The Brier Score is the standard evaluation metric for probabilistic predictions. It measures the mean squared error between a model's predicted probability and the actual binary outcome (1 = win, 0 = loss).
Formula: BS = (1/N) × Σ(predicted_probability − actual_outcome)²
Interpretation: - 0.0 = perfect prediction - 0.25 = random (50% predictions for binary outcomes) - Lower is better; typical skilled sports models score 0.22-0.24 for game outcomes
Why Brier Score over accuracy: Accuracy rewards the right prediction even if the model is 51% confident. Brier Score penalizes incorrect high-confidence predictions more than incorrect low-confidence ones — incentivizing well-calibrated probabilities over overconfident guesses.
Decomposition: Brier Score decomposes into reliability (calibration) + resolution (sharpness).
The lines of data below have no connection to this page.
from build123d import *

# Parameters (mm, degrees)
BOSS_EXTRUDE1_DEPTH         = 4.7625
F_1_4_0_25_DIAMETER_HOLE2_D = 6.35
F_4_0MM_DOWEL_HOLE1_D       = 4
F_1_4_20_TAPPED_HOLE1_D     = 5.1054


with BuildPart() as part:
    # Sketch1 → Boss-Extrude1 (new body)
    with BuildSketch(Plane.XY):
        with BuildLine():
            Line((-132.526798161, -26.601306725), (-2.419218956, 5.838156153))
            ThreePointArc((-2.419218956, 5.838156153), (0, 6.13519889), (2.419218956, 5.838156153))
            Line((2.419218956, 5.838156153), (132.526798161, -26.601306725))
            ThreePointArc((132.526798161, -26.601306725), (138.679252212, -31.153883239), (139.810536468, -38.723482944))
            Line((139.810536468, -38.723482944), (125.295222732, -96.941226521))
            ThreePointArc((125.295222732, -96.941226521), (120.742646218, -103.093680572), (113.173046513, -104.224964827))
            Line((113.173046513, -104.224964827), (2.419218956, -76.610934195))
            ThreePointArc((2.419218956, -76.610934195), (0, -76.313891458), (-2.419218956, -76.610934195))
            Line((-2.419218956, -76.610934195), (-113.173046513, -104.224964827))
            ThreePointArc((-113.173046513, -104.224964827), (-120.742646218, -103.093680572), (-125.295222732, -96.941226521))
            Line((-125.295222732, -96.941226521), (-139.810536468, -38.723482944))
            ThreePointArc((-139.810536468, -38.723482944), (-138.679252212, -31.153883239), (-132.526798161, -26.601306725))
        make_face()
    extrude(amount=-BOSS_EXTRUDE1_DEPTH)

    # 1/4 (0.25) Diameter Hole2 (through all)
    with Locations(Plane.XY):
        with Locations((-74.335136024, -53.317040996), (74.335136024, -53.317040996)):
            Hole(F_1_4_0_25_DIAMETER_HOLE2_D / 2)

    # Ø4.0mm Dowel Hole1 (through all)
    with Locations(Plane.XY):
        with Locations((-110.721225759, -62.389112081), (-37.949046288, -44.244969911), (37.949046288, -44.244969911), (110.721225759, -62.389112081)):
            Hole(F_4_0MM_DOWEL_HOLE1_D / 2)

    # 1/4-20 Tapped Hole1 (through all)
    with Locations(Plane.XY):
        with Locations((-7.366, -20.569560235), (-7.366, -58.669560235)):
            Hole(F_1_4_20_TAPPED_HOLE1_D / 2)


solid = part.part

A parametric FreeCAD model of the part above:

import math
import FreeCAD as App
import Part
import Sketcher

V = App.Vector
Q = App.Units.Quantity

doc = App.newDocument("Part")
params = doc.addObject("Spreadsheet::Sheet", "Params")
for row, (alias, value) in enumerate([
    ("sketch1_radius", "10 mm"),
    ("sketch1_length", "60 mm"),
    ("pad1_length", "4.7625 mm"),
    ("sketch2_diameter", "6.35 mm"),
    ("hole_diameter", "6.35 mm"),
    ("sketch3_diameter", "4 mm"),
    ("hole2_diameter", "4 mm"),
    ("hole3_diameter", "5.1054 mm"),
], start=1):
    params.set(f"A{row}", alias)
    params.set(f"B{row}", "=" + value)
    params.setAlias(f"B{row}", alias)

body = doc.addObject("PartDesign::Body", "Body")

sketch1 = doc.addObject("Sketcher::SketchObject", "Sketch")
body.addObject(sketch1)
sketch1.AttachmentSupport = (doc.XY_Plane, [""])
sketch1.MapMode = "FlatFace"
sketch1.addGeometry([
    Part.LineSegment(V(-2.4, 5.8, 0), V(-132.5, -26.6, 0)),
    Part.ArcOfCircle(Part.Circle(V(-130.1, -36.3, 0), V(0, 0, 1), 10), math.radians(104), math.radians(194)),
    Part.LineSegment(V(-139.8, -38.7, 0), V(-125.3, -96.9, 0)),
    Part.ArcOfCircle(Part.Circle(V(-115.6, -94.5, 0), V(0, 0, 1), 10), math.radians(-166), math.radians(-76)),
    Part.LineSegment(V(-113.2, -104.2, 0), V(-2.4, -76.6, 0)),
    Part.ArcOfCircle(Part.Circle(V(0, -86.3, 0), V(0, 0, 1), 10), math.radians(76), math.radians(104)),
    Part.LineSegment(V(2.4, -76.6, 0), V(113.2, -104.2, 0)),
    Part.ArcOfCircle(Part.Circle(V(115.6, -94.5, 0), V(0, 0, 1), 10), math.radians(-104), math.radians(-14)),
    Part.LineSegment(V(125.3, -96.9, 0), V(139.8, -38.7, 0)),
    Part.ArcOfCircle(Part.Circle(V(130.1, -36.3, 0), V(0, 0, 1), 10), math.radians(-14), math.radians(76)),
    Part.LineSegment(V(132.5, -26.6, 0), V(2.4, 5.8, 0)),
    Part.ArcOfCircle(Part.Circle(V(0, -3.9, 0), V(0, 0, 1), 10), math.radians(76), math.radians(104)),
], False)
sketch1.addConstraint([
    Sketcher.Constraint("Tangent", 0, 2, 1, 1),
    Sketcher.Constraint("Tangent", 1, 2, 2, 1),
    Sketcher.Constraint("Tangent", 2, 2, 3, 1),
    Sketcher.Constraint("Tangent", 3, 2, 4, 1),
    Sketcher.Constraint("Tangent", 4, 2, 5, 2),
    Sketcher.Constraint("Tangent", 5, 1, 6, 1),
    Sketcher.Constraint("Tangent", 6, 2, 7, 1),
    Sketcher.Constraint("Tangent", 7, 2, 8, 1),
    Sketcher.Constraint("Tangent", 8, 2, 9, 1),
    Sketcher.Constraint("Tangent", 9, 2, 10, 1),
    Sketcher.Constraint("Tangent", 10, 2, 11, 1),
    Sketcher.Constraint("Tangent", 11, 2, 0, 1),
    Sketcher.Constraint("Equal", 1, 3),
    Sketcher.Constraint("Equal", 3, 5),
    Sketcher.Constraint("Equal", 5, 7),
    Sketcher.Constraint("Equal", 7, 9),
    Sketcher.Constraint("Equal", 9, 11),
    Sketcher.Constraint("Symmetric", 3, 3, 7, 3, -2),
    Sketcher.Constraint("Symmetric", 1, 3, 9, 3, -2),
    Sketcher.Constraint("PointOnObject", 5, 3, -2),
    Sketcher.Constraint("PointOnObject", 11, 3, -2),
    Sketcher.Constraint("Perpendicular", 0, 2),
    Sketcher.Constraint("Perpendicular", 2, 4),
    Sketcher.Constraint("Radius", 1, 10.0),
    Sketcher.Constraint("Angle", 0, Q("-166 deg")),
    Sketcher.Constraint("Distance", 2, 60.0),
    Sketcher.Constraint("DistanceY", 11, 3, -1, 1, 3.864801),
    Sketcher.Constraint("DistanceX", 0, 2, -1, 1, 132.526798),
])
sketch1.setExpression("Constraints[23]", "Params.sketch1_radius")
sketch1.setExpression("Constraints[25]", "Params.sketch1_length")
pad1 = doc.addObject("PartDesign::Pad", "Pad")
body.addObject(pad1)
pad1.Profile = sketch1
pad1.setExpression("Length", "Params.pad1_length")
pad1.Reversed = True

sketch2 = doc.addObject("Sketcher::SketchObject", "Sketch001")
body.addObject(sketch2)
sketch2.AttachmentSupport = (doc.XY_Plane, [""])
sketch2.MapMode = "FlatFace"
sketch2.addGeometry([
    Part.Circle(V(-74.3, -53.3, 0), V(0, 0, 1), 3.2),
    Part.Circle(V(74.3, -53.3, 0), V(0, 0, 1), 3.2),
], False)
sketch2.addConstraint([
    Sketcher.Constraint("Equal", 0, 1),
    Sketcher.Constraint("Symmetric", 0, 3, 1, 3, -2),
    Sketcher.Constraint("Diameter", 0, 6.35),
    Sketcher.Constraint("DistanceY", 0, 3, -1, 1, 53.317041),
    Sketcher.Constraint("DistanceX", 0, 3, -1, 1, 74.335136),
])
sketch2.setExpression("Constraints[2]", "Params.sketch2_diameter")
doc.recompute()
hole = doc.addObject("PartDesign::Hole", "Hole")
body.addObject(hole)
hole.Profile = sketch2
hole.ThreadType = "None"
hole.setExpression("Diameter", "Params.hole_diameter")
hole.DepthType = "ThroughAll"

sketch3 = doc.addObject("Sketcher::SketchObject", "Sketch002")
body.addObject(sketch3)
sketch3.AttachmentSupport = (doc.XY_Plane, [""])
sketch3.MapMode = "FlatFace"
sketch3.addGeometry([
    Part.Circle(V(-110.7, -62.4, 0), V(0, 0, 1), 2),
    Part.Circle(V(-37.9, -44.2, 0), V(0, 0, 1), 2),
    Part.Circle(V(37.9, -44.2, 0), V(0, 0, 1), 2),
    Part.Circle(V(110.7, -62.4, 0), V(0, 0, 1), 2),
], False)
sketch3.addConstraint([
    Sketcher.Constraint("Equal", 0, 1),
    Sketcher.Constraint("Equal", 1, 2),
    Sketcher.Constraint("Equal", 2, 3),
    Sketcher.Constraint("Symmetric", 1, 3, 2, 3, -2),
    Sketcher.Constraint("Symmetric", 0, 3, 3, 3, -2),
    Sketcher.Constraint("Diameter", 0, 4.0),
    Sketcher.Constraint("DistanceY", 1, 3, -1, 1, 44.24497),
    Sketcher.Constraint("DistanceX", 0, 3, 1, 3, 72.772179),
    Sketcher.Constraint("DistanceX", 0, 3, 3, 3, 221.442452),
    Sketcher.Constraint("DistanceY", 0, 3, -1, 1, 62.389112),
])
sketch3.setExpression("Constraints[5]", "Params.sketch3_diameter")
doc.recompute()
hole2 = doc.addObject("PartDesign::Hole", "Hole001")
body.addObject(hole2)
hole2.Profile = sketch3
hole2.ThreadType = "None"
hole2.setExpression("Diameter", "Params.hole2_diameter")
hole2.DepthType = "ThroughAll"

sketch4 = doc.addObject("Sketcher::SketchObject", "Sketch003")
body.addObject(sketch4)
sketch4.AttachmentSupport = (doc.XY_Plane, [""])
sketch4.MapMode = "FlatFace"
sketch4.addGeometry([
    Part.Circle(V(-7.4, -20.6, 0), V(0, 0, 1), 2.6),
    Part.Circle(V(-7.4, -58.7, 0), V(0, 0, 1), 2.6),
], False)
sketch4.addConstraint([
    Sketcher.Constraint("Equal", 0, 1),
    Sketcher.Constraint("Vertical", 0, 3, 1, 3),
    Sketcher.Constraint("Diameter", 0, 5.1054),
    Sketcher.Constraint("DistanceY", 1, 3, 0, 3, 38.1),
    Sketcher.Constraint("DistanceX", 0, 3, -1, 1, 7.366),
    Sketcher.Constraint("DistanceY", 0, 3, -1, 1, 20.56956),
])
doc.recompute()
hole3 = doc.addObject("PartDesign::Hole", "Hole002")
body.addObject(hole3)
hole3.Profile = sketch4
hole3.ThreadType = "None"
hole3.setExpression("Diameter", "Params.hole3_diameter")
hole3.DepthType = "ThroughAll"

doc.recompute()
A model can improve BS by improving either. A model that always predicts 50% has zero calibration error but also zero resolution.
Brier Skill Score (BSS): Normalized Brier Score relative to a baseline (e.g., climatological frequency). BSS = 1 − (BS / BS_climatology). Positive BSS means the model beats the baseline.
In practice: Track Brier Score on held-out test data across multiple seasons. A stable, improving Brier Score on out-of-sample data is the strongest evidence of genuine predictive skill.